Stored data entries
:::::
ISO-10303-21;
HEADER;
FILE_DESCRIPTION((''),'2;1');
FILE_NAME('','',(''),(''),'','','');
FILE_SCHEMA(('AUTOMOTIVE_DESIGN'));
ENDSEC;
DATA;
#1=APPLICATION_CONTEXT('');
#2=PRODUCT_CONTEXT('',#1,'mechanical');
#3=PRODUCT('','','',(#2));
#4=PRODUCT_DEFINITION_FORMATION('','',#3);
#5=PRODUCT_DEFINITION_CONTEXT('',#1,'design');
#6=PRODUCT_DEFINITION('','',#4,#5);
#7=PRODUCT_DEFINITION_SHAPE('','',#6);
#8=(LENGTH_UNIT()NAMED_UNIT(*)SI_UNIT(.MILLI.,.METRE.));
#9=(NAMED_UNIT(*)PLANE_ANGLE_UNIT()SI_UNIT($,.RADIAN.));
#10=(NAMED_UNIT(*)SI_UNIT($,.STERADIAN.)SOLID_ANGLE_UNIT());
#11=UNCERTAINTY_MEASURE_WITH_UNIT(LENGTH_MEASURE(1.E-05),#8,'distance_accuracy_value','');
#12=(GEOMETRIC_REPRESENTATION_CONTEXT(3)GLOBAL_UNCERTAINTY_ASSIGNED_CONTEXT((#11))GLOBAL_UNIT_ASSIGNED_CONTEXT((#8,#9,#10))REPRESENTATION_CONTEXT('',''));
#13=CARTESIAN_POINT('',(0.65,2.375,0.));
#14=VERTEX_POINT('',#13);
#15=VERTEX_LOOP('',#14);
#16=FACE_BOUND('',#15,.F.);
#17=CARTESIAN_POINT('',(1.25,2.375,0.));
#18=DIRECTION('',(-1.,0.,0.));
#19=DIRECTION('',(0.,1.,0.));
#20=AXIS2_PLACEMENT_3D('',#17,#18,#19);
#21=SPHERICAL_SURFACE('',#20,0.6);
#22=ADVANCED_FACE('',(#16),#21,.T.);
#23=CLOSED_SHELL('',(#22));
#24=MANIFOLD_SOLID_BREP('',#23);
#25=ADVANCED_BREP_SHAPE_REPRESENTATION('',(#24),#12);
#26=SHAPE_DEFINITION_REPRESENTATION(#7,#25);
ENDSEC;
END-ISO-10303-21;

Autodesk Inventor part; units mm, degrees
ref_plane "YZ Plane" through (0, 0, 0) normal (1, 0, 0) x (0, 1, 0)
ref_plane "XZ Plane" through (0, 0, 0) normal (0, 1, 0) x (-1, 0, 0)
ref_plane "XY Plane" through (0, 0, 0) normal (0, 0, 1) x (1, 0, 0)
sketch "Sketch_6" plane through (0, 0, 0) normal (0, 0, 1) x (1, 0, 0)
  line L0 (1.85, 2.375) -> (0.65, 2.375)
  arc A0 (1.85, 2.375) -> (0.65, 2.375) centre (1.25, 2.375) ccw
  line L1 (1.85, 2.375) -> (0.65, 2.375)
  dimension "d0" = 360
revolve "Revolution1" add sketch "Sketch_6" angle 360 about axis through (1.85, 2.375, 0) along (1, 0, 0)
properties part number "W 619/2.5 R_PART3"
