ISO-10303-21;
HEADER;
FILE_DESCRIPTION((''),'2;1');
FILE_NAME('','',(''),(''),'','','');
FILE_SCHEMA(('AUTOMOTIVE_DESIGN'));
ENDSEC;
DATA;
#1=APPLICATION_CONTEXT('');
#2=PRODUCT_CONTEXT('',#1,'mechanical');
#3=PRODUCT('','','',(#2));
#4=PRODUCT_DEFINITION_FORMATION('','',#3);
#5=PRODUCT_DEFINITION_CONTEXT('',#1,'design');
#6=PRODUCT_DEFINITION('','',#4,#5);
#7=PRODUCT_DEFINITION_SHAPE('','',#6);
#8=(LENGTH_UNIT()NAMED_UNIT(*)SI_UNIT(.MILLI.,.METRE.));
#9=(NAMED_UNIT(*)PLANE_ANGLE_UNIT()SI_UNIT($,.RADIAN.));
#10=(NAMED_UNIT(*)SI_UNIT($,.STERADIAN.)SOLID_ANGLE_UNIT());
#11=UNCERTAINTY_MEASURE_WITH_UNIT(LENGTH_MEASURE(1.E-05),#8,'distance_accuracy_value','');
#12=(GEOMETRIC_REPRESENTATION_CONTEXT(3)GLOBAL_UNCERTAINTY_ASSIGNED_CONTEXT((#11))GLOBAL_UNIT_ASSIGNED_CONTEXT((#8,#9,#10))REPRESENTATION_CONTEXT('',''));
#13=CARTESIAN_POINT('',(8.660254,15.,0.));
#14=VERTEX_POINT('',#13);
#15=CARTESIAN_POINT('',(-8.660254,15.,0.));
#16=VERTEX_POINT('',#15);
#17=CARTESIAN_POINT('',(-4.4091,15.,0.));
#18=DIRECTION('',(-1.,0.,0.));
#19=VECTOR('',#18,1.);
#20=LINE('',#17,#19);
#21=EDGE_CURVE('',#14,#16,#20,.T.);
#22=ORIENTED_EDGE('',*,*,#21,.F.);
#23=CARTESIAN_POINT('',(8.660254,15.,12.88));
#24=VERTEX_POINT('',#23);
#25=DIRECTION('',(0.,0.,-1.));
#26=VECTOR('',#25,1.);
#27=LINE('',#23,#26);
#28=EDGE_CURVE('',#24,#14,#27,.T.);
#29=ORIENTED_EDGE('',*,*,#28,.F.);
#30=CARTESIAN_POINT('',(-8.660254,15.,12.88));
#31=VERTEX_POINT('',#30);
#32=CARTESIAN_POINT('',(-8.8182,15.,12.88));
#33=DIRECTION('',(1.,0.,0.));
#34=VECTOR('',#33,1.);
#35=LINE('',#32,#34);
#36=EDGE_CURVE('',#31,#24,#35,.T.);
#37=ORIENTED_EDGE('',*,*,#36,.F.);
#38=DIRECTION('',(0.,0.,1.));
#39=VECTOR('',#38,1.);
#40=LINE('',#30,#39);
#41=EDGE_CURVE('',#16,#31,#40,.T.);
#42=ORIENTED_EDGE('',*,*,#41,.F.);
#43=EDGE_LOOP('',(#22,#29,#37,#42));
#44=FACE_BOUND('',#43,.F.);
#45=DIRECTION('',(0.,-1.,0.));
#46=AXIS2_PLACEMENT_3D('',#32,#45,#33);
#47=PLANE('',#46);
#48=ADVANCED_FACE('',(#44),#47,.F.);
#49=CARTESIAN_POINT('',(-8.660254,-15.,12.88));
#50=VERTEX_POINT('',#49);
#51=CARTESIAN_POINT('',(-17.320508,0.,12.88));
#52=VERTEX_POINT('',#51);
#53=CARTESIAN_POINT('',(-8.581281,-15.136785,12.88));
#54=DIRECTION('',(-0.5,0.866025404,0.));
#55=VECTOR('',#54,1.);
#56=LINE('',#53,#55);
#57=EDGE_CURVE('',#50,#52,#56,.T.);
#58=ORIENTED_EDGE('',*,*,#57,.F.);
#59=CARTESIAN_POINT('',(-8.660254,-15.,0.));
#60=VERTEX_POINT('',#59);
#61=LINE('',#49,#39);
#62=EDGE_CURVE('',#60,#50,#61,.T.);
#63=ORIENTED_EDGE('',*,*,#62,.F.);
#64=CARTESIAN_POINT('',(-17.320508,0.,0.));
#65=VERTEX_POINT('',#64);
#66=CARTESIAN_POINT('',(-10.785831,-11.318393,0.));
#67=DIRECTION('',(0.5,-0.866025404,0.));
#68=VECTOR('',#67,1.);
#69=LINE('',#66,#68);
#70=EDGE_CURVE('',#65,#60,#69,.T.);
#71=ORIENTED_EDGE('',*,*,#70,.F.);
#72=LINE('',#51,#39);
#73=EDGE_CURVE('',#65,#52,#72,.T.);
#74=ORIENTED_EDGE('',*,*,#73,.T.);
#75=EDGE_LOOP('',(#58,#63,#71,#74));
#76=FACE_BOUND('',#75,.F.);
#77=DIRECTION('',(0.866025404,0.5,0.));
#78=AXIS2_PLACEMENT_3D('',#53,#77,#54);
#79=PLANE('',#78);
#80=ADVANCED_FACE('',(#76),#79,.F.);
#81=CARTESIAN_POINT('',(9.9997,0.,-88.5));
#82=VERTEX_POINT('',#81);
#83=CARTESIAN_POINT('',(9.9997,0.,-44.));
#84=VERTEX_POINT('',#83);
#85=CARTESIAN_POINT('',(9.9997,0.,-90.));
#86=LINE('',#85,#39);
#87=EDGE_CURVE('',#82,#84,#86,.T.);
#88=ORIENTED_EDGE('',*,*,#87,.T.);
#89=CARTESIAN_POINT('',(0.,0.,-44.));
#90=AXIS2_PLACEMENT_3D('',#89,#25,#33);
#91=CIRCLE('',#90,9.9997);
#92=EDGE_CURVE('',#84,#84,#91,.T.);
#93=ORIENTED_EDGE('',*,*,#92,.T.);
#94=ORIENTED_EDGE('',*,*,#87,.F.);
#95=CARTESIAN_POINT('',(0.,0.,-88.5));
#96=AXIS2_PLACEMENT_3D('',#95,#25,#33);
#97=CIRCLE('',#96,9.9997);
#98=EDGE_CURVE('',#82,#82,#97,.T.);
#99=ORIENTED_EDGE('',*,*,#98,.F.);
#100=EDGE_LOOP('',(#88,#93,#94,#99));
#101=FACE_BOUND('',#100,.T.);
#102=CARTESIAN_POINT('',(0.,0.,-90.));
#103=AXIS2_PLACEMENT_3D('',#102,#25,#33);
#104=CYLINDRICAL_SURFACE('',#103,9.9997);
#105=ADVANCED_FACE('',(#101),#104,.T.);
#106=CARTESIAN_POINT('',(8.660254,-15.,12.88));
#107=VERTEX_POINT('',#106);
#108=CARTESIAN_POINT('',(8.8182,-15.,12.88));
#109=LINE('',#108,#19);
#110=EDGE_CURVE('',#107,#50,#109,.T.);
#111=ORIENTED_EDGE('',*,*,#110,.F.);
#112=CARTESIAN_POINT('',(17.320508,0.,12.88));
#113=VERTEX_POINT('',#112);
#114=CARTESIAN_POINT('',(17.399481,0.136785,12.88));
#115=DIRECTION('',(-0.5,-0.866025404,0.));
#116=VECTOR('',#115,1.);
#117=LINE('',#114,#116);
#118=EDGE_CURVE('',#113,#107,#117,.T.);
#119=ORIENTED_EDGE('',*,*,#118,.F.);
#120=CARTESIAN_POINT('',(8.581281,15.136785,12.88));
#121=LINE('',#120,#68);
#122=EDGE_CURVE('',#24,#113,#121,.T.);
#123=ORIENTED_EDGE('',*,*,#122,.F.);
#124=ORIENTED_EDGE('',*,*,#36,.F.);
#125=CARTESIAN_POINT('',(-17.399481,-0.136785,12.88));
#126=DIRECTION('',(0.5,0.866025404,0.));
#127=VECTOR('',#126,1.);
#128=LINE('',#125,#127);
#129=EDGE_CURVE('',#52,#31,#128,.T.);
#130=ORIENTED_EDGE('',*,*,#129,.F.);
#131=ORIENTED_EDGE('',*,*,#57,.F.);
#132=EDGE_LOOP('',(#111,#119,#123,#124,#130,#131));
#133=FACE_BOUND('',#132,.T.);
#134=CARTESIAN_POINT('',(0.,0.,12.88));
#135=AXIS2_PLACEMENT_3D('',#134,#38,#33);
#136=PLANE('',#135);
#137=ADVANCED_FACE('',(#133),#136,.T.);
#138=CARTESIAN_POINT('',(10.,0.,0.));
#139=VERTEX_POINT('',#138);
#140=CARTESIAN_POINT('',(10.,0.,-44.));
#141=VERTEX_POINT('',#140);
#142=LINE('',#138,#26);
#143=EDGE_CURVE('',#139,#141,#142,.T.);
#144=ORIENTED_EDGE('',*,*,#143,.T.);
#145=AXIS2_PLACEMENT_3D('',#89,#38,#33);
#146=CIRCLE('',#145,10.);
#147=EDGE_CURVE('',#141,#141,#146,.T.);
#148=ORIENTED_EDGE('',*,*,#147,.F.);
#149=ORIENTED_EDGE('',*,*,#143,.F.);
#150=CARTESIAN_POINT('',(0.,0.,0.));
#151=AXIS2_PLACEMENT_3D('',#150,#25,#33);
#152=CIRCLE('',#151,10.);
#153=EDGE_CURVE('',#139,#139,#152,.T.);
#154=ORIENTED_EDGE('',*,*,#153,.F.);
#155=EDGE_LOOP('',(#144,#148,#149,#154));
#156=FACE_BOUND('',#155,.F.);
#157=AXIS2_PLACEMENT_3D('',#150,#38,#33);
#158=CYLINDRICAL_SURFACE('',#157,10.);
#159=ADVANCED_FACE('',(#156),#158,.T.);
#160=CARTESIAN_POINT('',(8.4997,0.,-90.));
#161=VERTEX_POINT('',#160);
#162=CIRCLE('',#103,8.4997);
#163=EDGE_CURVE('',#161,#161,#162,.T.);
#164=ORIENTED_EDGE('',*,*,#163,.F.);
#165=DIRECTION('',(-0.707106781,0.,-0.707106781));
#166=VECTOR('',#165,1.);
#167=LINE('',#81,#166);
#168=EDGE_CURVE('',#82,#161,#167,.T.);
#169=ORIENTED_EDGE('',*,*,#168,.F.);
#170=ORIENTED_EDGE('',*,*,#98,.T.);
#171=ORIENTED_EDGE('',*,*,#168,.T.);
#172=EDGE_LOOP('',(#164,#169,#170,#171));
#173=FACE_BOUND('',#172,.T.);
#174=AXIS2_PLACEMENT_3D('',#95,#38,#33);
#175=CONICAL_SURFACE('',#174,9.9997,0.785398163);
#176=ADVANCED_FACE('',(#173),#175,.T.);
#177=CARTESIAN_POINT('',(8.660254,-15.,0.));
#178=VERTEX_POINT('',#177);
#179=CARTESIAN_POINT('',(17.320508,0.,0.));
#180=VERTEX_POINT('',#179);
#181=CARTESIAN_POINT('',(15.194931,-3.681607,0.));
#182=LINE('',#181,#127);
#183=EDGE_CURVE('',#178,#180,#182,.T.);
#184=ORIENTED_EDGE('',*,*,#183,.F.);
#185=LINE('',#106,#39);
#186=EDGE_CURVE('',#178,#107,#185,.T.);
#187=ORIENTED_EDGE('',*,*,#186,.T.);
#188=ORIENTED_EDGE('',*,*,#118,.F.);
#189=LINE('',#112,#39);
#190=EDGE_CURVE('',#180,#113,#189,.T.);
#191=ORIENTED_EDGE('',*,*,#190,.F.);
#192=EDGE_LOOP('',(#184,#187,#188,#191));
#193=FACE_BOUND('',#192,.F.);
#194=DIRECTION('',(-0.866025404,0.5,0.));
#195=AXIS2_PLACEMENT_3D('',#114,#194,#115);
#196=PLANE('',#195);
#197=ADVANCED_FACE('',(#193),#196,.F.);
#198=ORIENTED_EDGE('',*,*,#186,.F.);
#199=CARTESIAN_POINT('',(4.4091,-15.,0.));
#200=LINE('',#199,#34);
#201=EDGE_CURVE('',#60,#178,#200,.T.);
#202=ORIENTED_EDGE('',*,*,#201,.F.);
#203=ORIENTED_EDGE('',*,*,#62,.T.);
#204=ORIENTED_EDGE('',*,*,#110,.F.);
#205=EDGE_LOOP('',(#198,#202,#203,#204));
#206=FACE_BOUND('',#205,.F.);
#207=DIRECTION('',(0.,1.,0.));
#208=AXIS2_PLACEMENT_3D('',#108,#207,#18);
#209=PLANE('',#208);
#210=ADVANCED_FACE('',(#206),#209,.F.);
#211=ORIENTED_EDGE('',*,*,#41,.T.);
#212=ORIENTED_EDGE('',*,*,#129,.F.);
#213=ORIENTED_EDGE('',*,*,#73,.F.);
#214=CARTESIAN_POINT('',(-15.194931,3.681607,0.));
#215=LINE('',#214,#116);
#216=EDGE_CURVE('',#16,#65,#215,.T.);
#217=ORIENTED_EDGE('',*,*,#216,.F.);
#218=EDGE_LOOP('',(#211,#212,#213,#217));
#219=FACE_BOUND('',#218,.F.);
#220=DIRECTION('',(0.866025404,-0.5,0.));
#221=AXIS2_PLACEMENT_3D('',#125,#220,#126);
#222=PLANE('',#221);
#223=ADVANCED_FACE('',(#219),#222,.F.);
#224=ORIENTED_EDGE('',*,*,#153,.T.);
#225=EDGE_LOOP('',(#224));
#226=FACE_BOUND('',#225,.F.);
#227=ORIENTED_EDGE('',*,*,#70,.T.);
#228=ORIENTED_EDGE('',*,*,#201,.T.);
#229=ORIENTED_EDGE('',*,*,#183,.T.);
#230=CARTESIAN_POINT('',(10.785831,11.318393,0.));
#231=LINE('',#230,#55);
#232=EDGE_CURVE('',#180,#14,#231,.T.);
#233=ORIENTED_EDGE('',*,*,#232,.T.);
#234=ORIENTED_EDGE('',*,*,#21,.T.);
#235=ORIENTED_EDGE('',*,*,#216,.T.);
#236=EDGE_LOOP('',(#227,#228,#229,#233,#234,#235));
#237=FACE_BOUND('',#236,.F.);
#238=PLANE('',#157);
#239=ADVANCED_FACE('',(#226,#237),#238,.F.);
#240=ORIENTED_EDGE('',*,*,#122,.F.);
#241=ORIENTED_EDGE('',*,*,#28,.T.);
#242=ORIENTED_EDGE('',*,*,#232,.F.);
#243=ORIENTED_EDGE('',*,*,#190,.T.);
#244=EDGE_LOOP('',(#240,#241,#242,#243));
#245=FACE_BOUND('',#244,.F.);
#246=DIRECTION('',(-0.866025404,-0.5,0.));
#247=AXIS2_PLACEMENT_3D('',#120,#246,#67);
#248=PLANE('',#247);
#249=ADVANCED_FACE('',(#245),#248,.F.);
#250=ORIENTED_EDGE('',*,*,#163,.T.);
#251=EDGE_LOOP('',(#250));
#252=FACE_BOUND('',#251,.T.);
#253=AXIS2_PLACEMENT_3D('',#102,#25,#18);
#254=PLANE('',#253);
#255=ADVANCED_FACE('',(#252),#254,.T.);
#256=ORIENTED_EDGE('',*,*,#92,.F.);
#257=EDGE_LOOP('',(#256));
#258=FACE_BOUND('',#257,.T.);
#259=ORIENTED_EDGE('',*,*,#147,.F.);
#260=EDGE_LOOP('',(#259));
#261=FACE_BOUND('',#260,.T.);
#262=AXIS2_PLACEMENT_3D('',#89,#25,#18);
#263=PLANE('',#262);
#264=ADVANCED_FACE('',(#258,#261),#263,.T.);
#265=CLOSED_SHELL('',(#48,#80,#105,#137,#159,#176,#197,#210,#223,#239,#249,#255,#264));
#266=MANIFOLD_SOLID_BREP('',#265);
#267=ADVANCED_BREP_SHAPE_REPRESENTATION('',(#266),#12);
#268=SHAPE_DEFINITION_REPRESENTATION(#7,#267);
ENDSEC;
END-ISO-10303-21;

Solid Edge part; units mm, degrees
sketch "Sketch1" plane through (0, 0, 0) normal (0, 0, 1) x (1, 0, 0)
  circle A0 centre (0, 0) radius 17.4
  dimension "D1" = 34.8
extrude "Protrusion1" add sketch "Sketch1" along normal blind 12.88
sketch "Sketch2" plane through (0, 0, 0) normal (0, 0, -1) x (1, 0, 0)
  circle A0 centre (0, 0) radius 10
extrude "Protrusion2" add sketch "Sketch2" along normal blind 90
sketch "Sketch3" plane through (0, 0, -90) normal (0, 0, -1) x (1, 0, 0)
  circle A0 centre (0, 0) radius 9.9997
extrude "Cutout1" cut sketch "Sketch3" against normal blind 46 flip side to cut
chamfer "Chamfer_1" distance 1.5 angle 45 1 edges at (-9.9997, 0, -90)
sketch "Sketch4" plane through (0, 0, 12.88) normal (0, 0, 1) x (1, 0, 0)
  line L0 (-8.8182, 15) -> (8.8182, 15)
  dimension "D1" = 30
extrude "Cutout2" cut sketch "Sketch4" against normal up to next material side at (0, 15.05, 12.88)
pattern_circular "Pattern1" count 6 over 360 about axis through (0, 0, 12.88) along (0, 0, 1) of "Cutout2"
properties part number "118374"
:::::
[Task item]
Of the entries above, transcribe exactly those lines that fall between the line containing "#20=LINE('',#17,#19);" and the line containing "#29=ORIENTED_EDGE('',*,*,#28,.F.);", together with those two lines.

[Response for this exercise]
#20=LINE('',#17,#19);
#21=EDGE_CURVE('',#14,#16,#20,.T.);
#22=ORIENTED_EDGE('',*,*,#21,.F.);
#23=CARTESIAN_POINT('',(8.660254,15.,12.88));
#24=VERTEX_POINT('',#23);
#25=DIRECTION('',(0.,0.,-1.));
#26=VECTOR('',#25,1.);
#27=LINE('',#23,#26);
#28=EDGE_CURVE('',#24,#14,#27,.T.);
#29=ORIENTED_EDGE('',*,*,#28,.F.);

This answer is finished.